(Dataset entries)
+ + + + + + +
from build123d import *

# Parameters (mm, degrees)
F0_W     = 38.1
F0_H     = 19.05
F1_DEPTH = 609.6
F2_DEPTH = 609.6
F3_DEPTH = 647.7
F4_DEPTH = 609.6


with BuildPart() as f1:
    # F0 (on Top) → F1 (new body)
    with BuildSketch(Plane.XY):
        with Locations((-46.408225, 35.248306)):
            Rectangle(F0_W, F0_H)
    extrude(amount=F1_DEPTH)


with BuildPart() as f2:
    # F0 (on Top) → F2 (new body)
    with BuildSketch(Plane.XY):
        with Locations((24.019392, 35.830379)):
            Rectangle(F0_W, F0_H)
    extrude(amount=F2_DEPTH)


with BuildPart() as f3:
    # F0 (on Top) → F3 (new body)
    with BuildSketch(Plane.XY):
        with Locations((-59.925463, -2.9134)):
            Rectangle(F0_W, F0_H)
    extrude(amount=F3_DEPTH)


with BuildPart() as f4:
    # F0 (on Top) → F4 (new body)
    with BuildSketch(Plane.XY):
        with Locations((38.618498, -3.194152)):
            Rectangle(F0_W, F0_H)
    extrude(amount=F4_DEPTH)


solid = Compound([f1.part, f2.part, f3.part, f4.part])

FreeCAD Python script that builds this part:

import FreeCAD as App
import Part
import Sketcher
Q = App.Units.Quantity

doc = App.newDocument("Part")
body = doc.addObject("PartDesign::Body", "Body")

# Sketch on XY plane
sketch1 = doc.addObject("Sketcher::SketchObject", "Sketch")
body.addObject(sketch1)
sketch1.AttachmentSupport = (doc.XY_Plane, [""])
sketch1.MapMode = "FlatFace"
sketch1.addGeometry(Part.LineSegment(App.Vector(-65, 45, 0), App.Vector(-65, 26, 0)), False)
sketch1.addGeometry(Part.LineSegment(App.Vector(-65, 26, 0), App.Vector(-27, 26, 0)), False)
sketch1.addGeometry(Part.LineSegment(App.Vector(-27, 26, 0), App.Vector(-27, 45, 0)), False)
sketch1.addGeometry(Part.LineSegment(App.Vector(-27, 45, 0), App.Vector(-65, 45, 0)), False)
sketch1.addConstraint(Sketcher.Constraint("Coincident", 0, 2, 1, 1))
sketch1.addConstraint(Sketcher.Constraint("Coincident", 1, 2, 2, 1))
sketch1.addConstraint(Sketcher.Constraint("Coincident", 2, 2, 3, 1))
sketch1.addConstraint(Sketcher.Constraint("Coincident", 3, 2, 0, 1))
sketch1.addConstraint(Sketcher.Constraint("Vertical", 0))
sketch1.addConstraint(Sketcher.Constraint("Horizontal", 1))
sketch1.addConstraint(Sketcher.Constraint("Vertical", 2))
sketch1.addConstraint(Sketcher.Constraint("Horizontal", 3))
sketch1.addConstraint(Sketcher.Constraint("DistanceX", 1, 1, 1, 2, Q("1.5 in")))
sketch1.addConstraint(Sketcher.Constraint("DistanceY", 0, 2, 0, 1, Q("0.75 in")))
sketch1.addConstraint(Sketcher.Constraint("DistanceX", 0, 2, -1, 1, 65.458225))
sketch1.addConstraint(Sketcher.Constraint("DistanceY", -1, 1, 0, 2, 25.723306))
pad1 = doc.addObject("PartDesign::Pad", "Pad")
body.addObject(pad1)
pad1.Profile = sketch1
pad1.Length = Q("24 in")
body2 = doc.addObject("PartDesign::Body", "Body001")

# Sketch on XY plane
sketch2 = doc.addObject("Sketcher::SketchObject", "Sketch001")
body2.addObject(sketch2)
sketch2.AttachmentSupport = (doc.getObject("XY_Plane001"), [""])
sketch2.MapMode = "FlatFace"
sketch2.addGeometry(Part.LineSegment(App.Vector(5, 45, 0), App.Vector(5, 26, 0)), False)
sketch2.addGeometry(Part.LineSegment(App.Vector(5, 26, 0), App.Vector(43, 26, 0)), False)
sketch2.addGeometry(Part.LineSegment(App.Vector(43, 26, 0), App.Vector(43, 45, 0)), False)
sketch2.addGeometry(Part.LineSegment(App.Vector(43, 45, 0), App.Vector(5, 45, 0)), False)
sketch2.addConstraint(Sketcher.Constraint("Coincident", 0, 2, 1, 1))
sketch2.addConstraint(Sketcher.Constraint("Coincident", 1, 2, 2, 1))
sketch2.addConstraint(Sketcher.Constraint("Coincident", 2, 2, 3, 1))
sketch2.addConstraint(Sketcher.Constraint("Coincident", 3, 2, 0, 1))
sketch2.addConstraint(Sketcher.Constraint("Vertical", 0))
sketch2.addConstraint(Sketcher.Constraint("Horizontal", 1))
sketch2.addConstraint(Sketcher.Constraint("Vertical", 2))
sketch2.addConstraint(Sketcher.Constraint("Horizontal", 3))
sketch2.addConstraint(Sketcher.Constraint("DistanceX", 1, 1, 1, 2, Q("1.5 in")))
sketch2.addConstraint(Sketcher.Constraint("DistanceY", 0, 2, 0, 1, Q("0.75 in")))
sketch2.addConstraint(Sketcher.Constraint("DistanceY", -1, 1, 0, 2, 26.305379))
sketch2.addConstraint(Sketcher.Constraint("DistanceX", -1, 1, 0, 2, 4.969392))
pad2 = doc.addObject("PartDesign::Pad", "Pad001")
body2.addObject(pad2)
pad2.Profile = sketch2
pad2.Length = Q("24 in")
body3 = doc.addObject("PartDesign::Body", "Body002")

# Sketch on XY plane
sketch3 = doc.addObject("Sketcher::SketchObject", "Sketch002")
body3.addObject(sketch3)
sketch3.AttachmentSupport = (doc.getObject("XY_Plane002"), [""])
sketch3.MapMode = "FlatFace"
sketch3.addGeometry(Part.LineSegment(App.Vector(-79, 7, 0), App.Vector(-79, -12, 0)), False)
sketch3.addGeometry(Part.LineSegment(App.Vector(-79, -12, 0), App.Vector(-41, -12, 0)), False)
sketch3.addGeometry(Part.LineSegment(App.Vector(-41, -12, 0), App.Vector(-41, 7, 0)), False)
sketch3.addGeometry(Part.LineSegment(App.Vector(-41, 7, 0), App.Vector(-79, 7, 0)), False)
sketch3.addConstraint(Sketcher.Constraint("Coincident", 0, 2, 1, 1))
sketch3.addConstraint(Sketcher.Constraint("Coincident", 1, 2, 2, 1))
sketch3.addConstraint(Sketcher.Constraint("Coincident", 2, 2, 3, 1))
sketch3.addConstraint(Sketcher.Constraint("Coincident", 3, 2, 0, 1))
sketch3.addConstraint(Sketcher.Constraint("Vertical", 0))
sketch3.addConstraint(Sketcher.Constraint("Horizontal", 1))
sketch3.addConstraint(Sketcher.Constraint("Vertical", 2))
sketch3.addConstraint(Sketcher.Constraint("Horizontal", 3))
sketch3.addConstraint(Sketcher.Constraint("DistanceX", 1, 1, 1, 2, Q("1.5 in")))
sketch3.addConstraint(Sketcher.Constraint("DistanceY", 0, 2, 0, 1, Q("0.75 in")))
sketch3.addConstraint(Sketcher.Constraint("DistanceY", 0, 2, -1, 1, 12.4384))
sketch3.addConstraint(Sketcher.Constraint("DistanceX", 0, 2, -1, 1, 78.975463))
pad3 = doc.addObject("PartDesign::Pad", "Pad002")
body3.addObject(pad3)
pad3.Profile = sketch3
pad3.Length = Q("25.5 in")
body4 = doc.addObject("PartDesign::Body", "Body003")

# Sketch on XY plane
sketch4 = doc.addObject("Sketcher::SketchObject", "Sketch003")
body4.addObject(sketch4)
sketch4.AttachmentSupport = (doc.getObject("XY_Plane003"), [""])
sketch4.MapMode = "FlatFace"
sketch4.addGeometry(Part.LineSegment(App.Vector(20, 6, 0), App.Vector(20, -13, 0)), False)
sketch4.addGeometry(Part.LineSegment(App.Vector(20, -13, 0), App.Vector(58, -13, 0)), False)
sketch4.addGeometry(Part.LineSegment(App.Vector(58, -13, 0), App.Vector(58, 6, 0)), False)
sketch4.addGeometry(Part.LineSegment(App.Vector(58, 6, 0), App.Vector(20, 6, 0)), False)
sketch4.addConstraint(Sketcher.Constraint("Coincident", 0, 2, 1, 1))
sketch4.addConstraint(Sketcher.Constraint("Coincident", 1, 2, 2, 1))
sketch4.addConstraint(Sketcher.Constraint("Coincident", 2, 2, 3, 1))
sketch4.addConstraint(Sketcher.Constraint("Coincident", 3, 2, 0, 1))
sketch4.addConstraint(Sketcher.Constraint("Vertical", 0))
sketch4.addConstraint(Sketcher.Constraint("Horizontal", 1))
sketch4.addConstraint(Sketcher.Constraint("Vertical", 2))
sketch4.addConstraint(Sketcher.Constraint("Horizontal", 3))
sketch4.addConstraint(Sketcher.Constraint("DistanceX", 1, 1, 1, 2, Q("1.5 in")))
sketch4.addConstraint(Sketcher.Constraint("DistanceY", 0, 2, 0, 1, Q("0.75 in")))
sketch4.addConstraint(Sketcher.Constraint("DistanceX", -1, 1, 0, 2, 19.568498))
sketch4.addConstraint(Sketcher.Constraint("DistanceY", 0, 2, -1, 1, 12.719152))
pad4 = doc.addObject("PartDesign::Pad", "Pad003")
body4.addObject(pad4)
pad4.Profile = sketch4
pad4.Length = Q("24 in")

doc.recompute()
+ + + + + + +
• **What is needed**:
If a line falls between the first line of the data above and the line holding "FreeCAD Python script", inclusive, retype it exactly; retype no other line.

• **Solution for this task**:
from build123d import *

# Parameters (mm, degrees)
F0_W     = 38.1
F0_H     = 19.05
F1_DEPTH = 609.6
F2_DEPTH = 609.6
F3_DEPTH = 647.7
F4_DEPTH = 609.6


with BuildPart() as f1:
    # F0 (on Top) → F1 (new body)
    with BuildSketch(Plane.XY):
        with Locations((-46.408225, 35.248306)):
            Rectangle(F0_W, F0_H)
    extrude(amount=F1_DEPTH)


with BuildPart() as f2:
    # F0 (on Top) → F2 (new body)
    with BuildSketch(Plane.XY):
        with Locations((24.019392, 35.830379)):
            Rectangle(F0_W, F0_H)
    extrude(amount=F2_DEPTH)


with BuildPart() as f3:
    # F0 (on Top) → F3 (new body)
    with BuildSketch(Plane.XY):
        with Locations((-59.925463, -2.9134)):
            Rectangle(F0_W, F0_H)
    extrude(amount=F3_DEPTH)


with BuildPart() as f4:
    # F0 (on Top) → F4 (new body)
    with BuildSketch(Plane.XY):
        with Locations((38.618498, -3.194152)):
            Rectangle(F0_W, F0_H)
    extrude(amount=F4_DEPTH)


solid = Compound([f1.part, f2.part, f3.part, f4.part])

FreeCAD Python script that builds this part:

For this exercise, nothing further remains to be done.